The main argument concerns the NSIA’s funding structure. While the bill required the authority to transfer all excess crude proceeds directly from the federation account, a number of governors have questioned the legality of this arrangement. Numerous Supreme Court decisions since 1983 have found that withdrawals from the account can only be concluded by one of three government tiers: federal, state and local. A new Supreme Court hearing on this case was still uncertain in mid-2012, but the majority of lawyers expect that any new court decision would maintain these precedents. According to the Santiago principles of best practice for SWFs, the establishment of such funds must conform to existing laws domestically. In addition, given that withdrawals from the funds would only be allowed following five years of profitable investments by the NSIA, many governors are of the opinion that a lot of the benefits from such funds would only accrue to their potential successors following the next electoral cycle in 2015.

This friction came to a head in July 2012, when a compromise between the FMF and the NGF seemed to have been reached. The federal government increased the ECA from $5.3bn to $10bn in June 2012, with a proposal to maintain the ECA in parallel to the NSIA. The higher sum would provide a protective buffer, covering up to three months of imports, and operate in the same way as before. While questions remain concerning the duplication of roles between the ECA and the NSIA’s Stabilisation Fund, this concession on the ECA went some way to resolving the dispute, although doubts on the legality of the exercise still lingered in July 2012. A possible way of circumventing such concerns might be to fund the NSIA through contributions from the federal allocations of the three tiers of government, but only once they are disbursed. Yet such a clawback of funding would run the risk of leakages at all three levels.

Other concerns have been raised about the need for a separate fund for future generations given Nigeria’s pressing infrastructure development needs. “I don’t see the use of a fund for future generations within the NSIA: if we use most of the fund for infrastructure development, this in itself would be a fund for future generations,” said Bode Agusto, the co-chairman of the Lagos Economic Summit Group and former director general of the Budget Office. Yet the three funds are expected to have distinctive investment missions and time horizons.

ASSET ALOCATION: While politicking continues, most investment bankers expect the NSIA to begin operating by the start of 2013. A minimum of 20% of NSIA revenues is earmarked for the Stabilisation Fund, while the other two funds will each receive at least 20% as well, up to a maximum level reassessed every two years. The Stabilisation Fund will be placed in the most liquid instruments possible. The other two funds will have different investment horizons. The Infrastructure Fund is expected to fund infrastructure projects directly as well as co-invest alongside the private sector via instruments such as private equity and venture capital. The Future Generations Fund will adopt the longest of all investment horizons.

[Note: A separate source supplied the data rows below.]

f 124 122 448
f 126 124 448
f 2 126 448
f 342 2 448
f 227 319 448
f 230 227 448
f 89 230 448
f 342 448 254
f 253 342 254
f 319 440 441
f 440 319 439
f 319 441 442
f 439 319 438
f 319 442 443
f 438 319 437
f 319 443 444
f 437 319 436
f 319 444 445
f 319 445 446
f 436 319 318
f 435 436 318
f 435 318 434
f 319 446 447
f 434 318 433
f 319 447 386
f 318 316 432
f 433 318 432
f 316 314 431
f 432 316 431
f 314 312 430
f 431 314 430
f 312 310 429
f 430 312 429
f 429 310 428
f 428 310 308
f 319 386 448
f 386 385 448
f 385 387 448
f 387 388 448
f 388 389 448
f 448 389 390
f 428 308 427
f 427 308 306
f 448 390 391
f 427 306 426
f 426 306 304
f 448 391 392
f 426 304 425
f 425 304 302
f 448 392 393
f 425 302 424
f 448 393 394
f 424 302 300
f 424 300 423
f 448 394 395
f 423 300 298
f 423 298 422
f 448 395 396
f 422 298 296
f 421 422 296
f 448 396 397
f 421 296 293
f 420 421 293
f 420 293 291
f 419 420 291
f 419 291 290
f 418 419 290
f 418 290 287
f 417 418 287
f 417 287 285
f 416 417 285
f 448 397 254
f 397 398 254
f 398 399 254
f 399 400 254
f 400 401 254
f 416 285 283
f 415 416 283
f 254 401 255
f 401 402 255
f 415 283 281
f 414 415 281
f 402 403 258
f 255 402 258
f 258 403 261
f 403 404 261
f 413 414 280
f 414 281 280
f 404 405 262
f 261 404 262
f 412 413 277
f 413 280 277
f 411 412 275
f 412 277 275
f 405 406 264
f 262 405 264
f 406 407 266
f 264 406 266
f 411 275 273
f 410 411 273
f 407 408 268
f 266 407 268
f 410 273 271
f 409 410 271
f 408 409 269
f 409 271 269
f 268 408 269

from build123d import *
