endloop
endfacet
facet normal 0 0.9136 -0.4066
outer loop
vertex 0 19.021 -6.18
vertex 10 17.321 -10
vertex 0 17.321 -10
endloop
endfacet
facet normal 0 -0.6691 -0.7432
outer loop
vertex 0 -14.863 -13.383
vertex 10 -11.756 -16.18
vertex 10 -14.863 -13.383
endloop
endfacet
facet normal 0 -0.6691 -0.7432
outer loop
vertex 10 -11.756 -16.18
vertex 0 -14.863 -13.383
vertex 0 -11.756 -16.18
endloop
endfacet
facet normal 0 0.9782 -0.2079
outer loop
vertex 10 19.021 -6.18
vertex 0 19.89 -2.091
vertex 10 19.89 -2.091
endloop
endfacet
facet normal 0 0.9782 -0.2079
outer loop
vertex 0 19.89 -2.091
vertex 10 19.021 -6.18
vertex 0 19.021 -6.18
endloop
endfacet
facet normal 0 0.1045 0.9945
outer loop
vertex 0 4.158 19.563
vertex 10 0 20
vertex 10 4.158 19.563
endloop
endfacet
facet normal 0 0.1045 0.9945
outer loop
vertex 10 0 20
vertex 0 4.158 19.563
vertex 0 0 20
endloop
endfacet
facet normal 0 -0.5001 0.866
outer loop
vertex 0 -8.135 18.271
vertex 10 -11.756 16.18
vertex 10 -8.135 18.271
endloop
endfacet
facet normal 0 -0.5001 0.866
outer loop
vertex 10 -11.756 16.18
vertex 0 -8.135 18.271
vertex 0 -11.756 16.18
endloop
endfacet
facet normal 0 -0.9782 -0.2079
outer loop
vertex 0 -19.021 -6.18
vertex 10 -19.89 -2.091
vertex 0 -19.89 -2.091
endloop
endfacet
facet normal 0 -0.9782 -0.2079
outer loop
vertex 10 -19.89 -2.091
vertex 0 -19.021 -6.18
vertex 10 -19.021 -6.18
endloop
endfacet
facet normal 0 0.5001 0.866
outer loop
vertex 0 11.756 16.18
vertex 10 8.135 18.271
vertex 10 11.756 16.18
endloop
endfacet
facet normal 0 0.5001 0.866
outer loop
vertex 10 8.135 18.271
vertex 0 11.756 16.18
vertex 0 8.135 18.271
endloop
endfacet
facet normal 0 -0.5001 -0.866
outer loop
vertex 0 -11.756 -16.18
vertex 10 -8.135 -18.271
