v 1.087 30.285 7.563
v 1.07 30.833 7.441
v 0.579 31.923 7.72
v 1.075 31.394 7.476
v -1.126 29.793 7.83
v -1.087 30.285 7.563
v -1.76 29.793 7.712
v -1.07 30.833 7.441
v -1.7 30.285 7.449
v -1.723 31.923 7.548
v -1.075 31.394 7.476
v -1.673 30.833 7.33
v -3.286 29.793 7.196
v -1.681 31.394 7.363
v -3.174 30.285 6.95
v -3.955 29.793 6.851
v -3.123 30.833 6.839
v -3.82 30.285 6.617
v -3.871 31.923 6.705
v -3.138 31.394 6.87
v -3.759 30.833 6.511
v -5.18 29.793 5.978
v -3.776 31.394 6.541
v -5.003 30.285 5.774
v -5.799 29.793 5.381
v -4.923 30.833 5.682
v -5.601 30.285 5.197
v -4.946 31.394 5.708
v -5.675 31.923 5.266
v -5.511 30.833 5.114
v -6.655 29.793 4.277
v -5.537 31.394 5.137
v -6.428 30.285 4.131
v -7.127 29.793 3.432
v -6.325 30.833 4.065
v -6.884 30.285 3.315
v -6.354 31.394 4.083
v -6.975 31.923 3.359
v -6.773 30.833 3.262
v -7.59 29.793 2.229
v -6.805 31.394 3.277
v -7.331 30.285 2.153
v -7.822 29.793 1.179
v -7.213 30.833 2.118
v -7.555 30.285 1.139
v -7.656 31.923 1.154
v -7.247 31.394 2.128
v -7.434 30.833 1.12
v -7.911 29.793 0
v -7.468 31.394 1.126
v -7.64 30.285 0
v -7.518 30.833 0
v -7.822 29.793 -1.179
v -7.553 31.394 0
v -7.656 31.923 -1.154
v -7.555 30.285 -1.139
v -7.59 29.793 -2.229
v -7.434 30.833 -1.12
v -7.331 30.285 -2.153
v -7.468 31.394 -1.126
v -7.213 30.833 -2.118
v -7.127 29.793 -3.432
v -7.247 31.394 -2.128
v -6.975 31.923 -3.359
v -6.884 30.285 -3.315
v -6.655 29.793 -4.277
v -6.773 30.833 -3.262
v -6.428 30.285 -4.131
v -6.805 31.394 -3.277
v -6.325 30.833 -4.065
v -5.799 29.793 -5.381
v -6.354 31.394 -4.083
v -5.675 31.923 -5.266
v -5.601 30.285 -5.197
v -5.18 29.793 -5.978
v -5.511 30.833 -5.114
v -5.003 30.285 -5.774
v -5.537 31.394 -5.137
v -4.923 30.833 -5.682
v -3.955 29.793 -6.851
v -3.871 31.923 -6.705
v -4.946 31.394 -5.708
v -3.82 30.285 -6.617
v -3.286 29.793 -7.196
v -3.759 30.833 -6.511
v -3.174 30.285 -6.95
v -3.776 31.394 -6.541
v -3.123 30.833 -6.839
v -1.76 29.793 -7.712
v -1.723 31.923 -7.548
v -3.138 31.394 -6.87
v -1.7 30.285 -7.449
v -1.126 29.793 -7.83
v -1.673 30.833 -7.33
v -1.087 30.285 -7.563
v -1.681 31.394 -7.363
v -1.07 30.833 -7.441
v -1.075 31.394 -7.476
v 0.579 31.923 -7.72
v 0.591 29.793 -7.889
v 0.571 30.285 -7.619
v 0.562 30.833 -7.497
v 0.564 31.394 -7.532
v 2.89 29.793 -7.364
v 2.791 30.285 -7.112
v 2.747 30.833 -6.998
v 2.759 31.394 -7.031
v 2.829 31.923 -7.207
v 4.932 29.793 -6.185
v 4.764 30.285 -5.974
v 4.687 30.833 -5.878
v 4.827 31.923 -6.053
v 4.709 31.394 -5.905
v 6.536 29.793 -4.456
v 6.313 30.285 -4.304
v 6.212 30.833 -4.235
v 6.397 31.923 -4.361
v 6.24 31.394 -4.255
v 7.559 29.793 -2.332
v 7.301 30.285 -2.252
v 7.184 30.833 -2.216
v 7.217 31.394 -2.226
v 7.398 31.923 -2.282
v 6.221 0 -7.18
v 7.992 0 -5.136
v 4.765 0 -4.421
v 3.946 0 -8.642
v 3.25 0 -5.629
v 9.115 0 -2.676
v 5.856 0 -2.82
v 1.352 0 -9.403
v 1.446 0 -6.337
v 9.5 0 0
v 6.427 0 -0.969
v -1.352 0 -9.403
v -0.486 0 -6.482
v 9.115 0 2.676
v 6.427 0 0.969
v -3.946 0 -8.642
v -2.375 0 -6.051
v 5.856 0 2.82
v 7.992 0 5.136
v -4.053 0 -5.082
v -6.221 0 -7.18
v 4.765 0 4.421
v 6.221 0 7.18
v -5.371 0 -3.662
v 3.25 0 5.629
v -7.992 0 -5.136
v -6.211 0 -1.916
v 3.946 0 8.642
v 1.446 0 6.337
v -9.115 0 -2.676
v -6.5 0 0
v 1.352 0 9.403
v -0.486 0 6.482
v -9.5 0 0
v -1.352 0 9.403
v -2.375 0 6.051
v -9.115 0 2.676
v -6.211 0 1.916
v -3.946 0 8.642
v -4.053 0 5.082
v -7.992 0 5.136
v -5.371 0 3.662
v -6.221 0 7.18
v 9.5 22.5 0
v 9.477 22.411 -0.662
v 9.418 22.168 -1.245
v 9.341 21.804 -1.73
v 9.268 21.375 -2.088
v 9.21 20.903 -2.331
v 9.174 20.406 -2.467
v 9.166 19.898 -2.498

Model SWFs around the world like those of Singapore or the UAE typically place half of their holdings in equities with a buy-to-hold approach – 30% in bonds and 20% in other types of investments such as private equity or collective investment vehicles. In the midst of the management selection process, the World Bank has been working with the FMF to create a set of specific guidelines for asset allocations of the funds. Some preliminary guidelines have already emerged. An estimated 10% of the Infrastructure Fund is expected to go towards financing agriculture and state-government-backed projects that are aimed at promoting economic development in the least connected and underserved of Nigeria’s states.

While political friction has delayed the NSIA, its establishment in August 2012 is a clear victory for transparent and effective macroeconomic management. With the average oil price rising from $45 a barrel to $78 in the past 15 years, Nigeria would benefit from diverting its excess crude revenue to a more accountable instrument of macroeconomic management. Moving from stabilisation to concerted development will underpin the much-needed structural changes in the continent’s second-largest economy.